### ABOUT THIS TASK
Below this line is a set of entries; quote exactly the lines from the line that contains "f 444 211 448" to the line that contains "f 439 456 455", both lines included.

● ● ● ● ● ● ●

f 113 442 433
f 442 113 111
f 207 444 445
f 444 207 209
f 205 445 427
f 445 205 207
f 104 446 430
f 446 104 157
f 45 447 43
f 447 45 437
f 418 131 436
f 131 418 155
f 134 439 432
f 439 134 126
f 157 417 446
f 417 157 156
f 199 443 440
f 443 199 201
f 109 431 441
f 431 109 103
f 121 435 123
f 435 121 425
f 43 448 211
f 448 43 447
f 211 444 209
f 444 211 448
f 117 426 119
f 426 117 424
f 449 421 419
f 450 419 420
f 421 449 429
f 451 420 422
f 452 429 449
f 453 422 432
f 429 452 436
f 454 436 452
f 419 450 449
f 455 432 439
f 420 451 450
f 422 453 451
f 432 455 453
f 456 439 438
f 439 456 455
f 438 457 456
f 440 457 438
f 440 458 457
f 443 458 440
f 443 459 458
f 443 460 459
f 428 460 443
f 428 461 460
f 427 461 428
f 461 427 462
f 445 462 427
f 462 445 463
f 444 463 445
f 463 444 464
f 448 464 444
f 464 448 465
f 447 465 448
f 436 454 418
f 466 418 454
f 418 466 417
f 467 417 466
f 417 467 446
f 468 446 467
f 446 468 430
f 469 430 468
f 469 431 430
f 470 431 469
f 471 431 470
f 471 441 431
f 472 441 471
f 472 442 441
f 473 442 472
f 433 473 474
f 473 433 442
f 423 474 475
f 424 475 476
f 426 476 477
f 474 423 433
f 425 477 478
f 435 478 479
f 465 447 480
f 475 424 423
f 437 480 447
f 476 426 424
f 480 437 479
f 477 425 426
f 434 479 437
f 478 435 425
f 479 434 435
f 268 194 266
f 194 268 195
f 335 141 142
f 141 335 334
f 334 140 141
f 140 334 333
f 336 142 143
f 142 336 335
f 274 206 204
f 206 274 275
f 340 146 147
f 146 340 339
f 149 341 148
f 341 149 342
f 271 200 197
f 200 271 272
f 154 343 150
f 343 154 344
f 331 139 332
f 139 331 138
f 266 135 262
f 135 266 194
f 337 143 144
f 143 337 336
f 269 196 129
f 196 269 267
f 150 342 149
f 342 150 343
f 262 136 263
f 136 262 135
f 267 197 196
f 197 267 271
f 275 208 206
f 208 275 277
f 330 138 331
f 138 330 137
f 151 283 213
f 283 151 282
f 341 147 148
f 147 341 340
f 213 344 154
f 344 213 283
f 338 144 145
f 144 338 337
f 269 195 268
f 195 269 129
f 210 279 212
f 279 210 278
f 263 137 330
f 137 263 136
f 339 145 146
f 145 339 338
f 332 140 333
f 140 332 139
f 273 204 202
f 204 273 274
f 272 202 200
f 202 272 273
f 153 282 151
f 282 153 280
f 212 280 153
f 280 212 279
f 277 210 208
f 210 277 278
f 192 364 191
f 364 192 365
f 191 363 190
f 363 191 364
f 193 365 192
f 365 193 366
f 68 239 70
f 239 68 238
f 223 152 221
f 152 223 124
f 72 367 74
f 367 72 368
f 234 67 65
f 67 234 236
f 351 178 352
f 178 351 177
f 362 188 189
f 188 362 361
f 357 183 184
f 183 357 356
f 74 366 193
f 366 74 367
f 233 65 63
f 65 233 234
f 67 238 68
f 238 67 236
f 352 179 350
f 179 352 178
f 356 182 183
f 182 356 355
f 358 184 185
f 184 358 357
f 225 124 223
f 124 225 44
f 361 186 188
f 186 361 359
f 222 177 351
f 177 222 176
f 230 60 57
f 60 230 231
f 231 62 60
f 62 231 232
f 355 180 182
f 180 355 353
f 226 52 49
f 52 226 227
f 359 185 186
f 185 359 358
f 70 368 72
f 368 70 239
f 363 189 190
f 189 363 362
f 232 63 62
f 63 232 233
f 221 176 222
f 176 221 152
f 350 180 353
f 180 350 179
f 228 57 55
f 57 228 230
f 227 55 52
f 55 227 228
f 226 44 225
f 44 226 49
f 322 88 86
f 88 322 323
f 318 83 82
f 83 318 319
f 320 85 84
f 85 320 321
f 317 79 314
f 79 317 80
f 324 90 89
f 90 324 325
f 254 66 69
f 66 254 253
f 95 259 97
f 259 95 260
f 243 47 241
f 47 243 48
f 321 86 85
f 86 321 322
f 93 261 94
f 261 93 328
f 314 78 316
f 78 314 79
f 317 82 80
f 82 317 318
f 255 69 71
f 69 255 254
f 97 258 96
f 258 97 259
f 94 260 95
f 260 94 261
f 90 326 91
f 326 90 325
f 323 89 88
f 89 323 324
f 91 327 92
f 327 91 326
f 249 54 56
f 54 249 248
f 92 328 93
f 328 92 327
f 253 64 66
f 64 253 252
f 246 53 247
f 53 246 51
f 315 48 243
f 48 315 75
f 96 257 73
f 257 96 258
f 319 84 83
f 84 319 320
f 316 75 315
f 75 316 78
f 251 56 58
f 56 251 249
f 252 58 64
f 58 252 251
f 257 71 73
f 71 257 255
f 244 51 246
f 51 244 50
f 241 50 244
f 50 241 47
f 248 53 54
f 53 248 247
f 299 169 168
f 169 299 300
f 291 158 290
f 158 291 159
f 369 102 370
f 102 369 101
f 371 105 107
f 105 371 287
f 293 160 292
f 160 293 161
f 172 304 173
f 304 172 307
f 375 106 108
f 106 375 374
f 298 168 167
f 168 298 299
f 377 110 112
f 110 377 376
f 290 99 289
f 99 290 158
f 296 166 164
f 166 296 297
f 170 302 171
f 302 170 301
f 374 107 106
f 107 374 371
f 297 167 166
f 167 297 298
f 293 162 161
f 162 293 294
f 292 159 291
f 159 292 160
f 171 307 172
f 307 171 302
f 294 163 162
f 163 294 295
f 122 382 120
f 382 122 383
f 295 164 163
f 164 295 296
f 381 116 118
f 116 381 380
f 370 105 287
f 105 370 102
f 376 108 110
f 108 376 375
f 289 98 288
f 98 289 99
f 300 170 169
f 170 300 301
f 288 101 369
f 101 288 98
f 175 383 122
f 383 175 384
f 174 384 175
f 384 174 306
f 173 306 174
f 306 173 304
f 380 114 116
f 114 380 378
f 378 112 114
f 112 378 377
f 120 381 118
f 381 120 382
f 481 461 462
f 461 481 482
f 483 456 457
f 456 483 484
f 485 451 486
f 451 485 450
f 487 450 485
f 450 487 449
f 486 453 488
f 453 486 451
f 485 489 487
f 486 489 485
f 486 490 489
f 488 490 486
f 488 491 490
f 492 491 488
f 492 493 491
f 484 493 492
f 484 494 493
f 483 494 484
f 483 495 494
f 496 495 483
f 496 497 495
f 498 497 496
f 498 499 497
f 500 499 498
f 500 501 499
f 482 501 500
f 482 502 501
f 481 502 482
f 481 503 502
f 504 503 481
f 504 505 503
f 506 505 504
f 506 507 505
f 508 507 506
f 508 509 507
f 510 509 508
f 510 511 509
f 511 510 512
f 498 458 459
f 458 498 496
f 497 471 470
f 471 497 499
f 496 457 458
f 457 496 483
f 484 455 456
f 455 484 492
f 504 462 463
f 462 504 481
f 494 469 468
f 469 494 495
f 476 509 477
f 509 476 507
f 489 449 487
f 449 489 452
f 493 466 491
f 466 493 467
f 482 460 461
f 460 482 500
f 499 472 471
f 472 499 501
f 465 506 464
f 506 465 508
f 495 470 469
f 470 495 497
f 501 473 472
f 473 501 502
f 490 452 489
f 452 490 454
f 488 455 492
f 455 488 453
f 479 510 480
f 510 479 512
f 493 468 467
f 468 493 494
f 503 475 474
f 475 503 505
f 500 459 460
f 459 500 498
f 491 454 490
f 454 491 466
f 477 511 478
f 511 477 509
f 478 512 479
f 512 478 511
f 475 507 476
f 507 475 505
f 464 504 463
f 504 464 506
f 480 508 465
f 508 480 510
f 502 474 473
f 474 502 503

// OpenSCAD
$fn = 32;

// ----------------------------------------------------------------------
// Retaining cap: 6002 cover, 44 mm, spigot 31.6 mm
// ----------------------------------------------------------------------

● ● ● ● ● ● ●

### EXERCISE OUTPUT
f 444 211 448
f 117 426 119
f 426 117 424
f 449 421 419
f 450 419 420
f 421 449 429
f 451 420 422
f 452 429 449
f 453 422 432
f 429 452 436
f 454 436 452
f 419 450 449
f 455 432 439
f 420 451 450
f 422 453 451
f 432 455 453
f 456 439 438
f 439 456 455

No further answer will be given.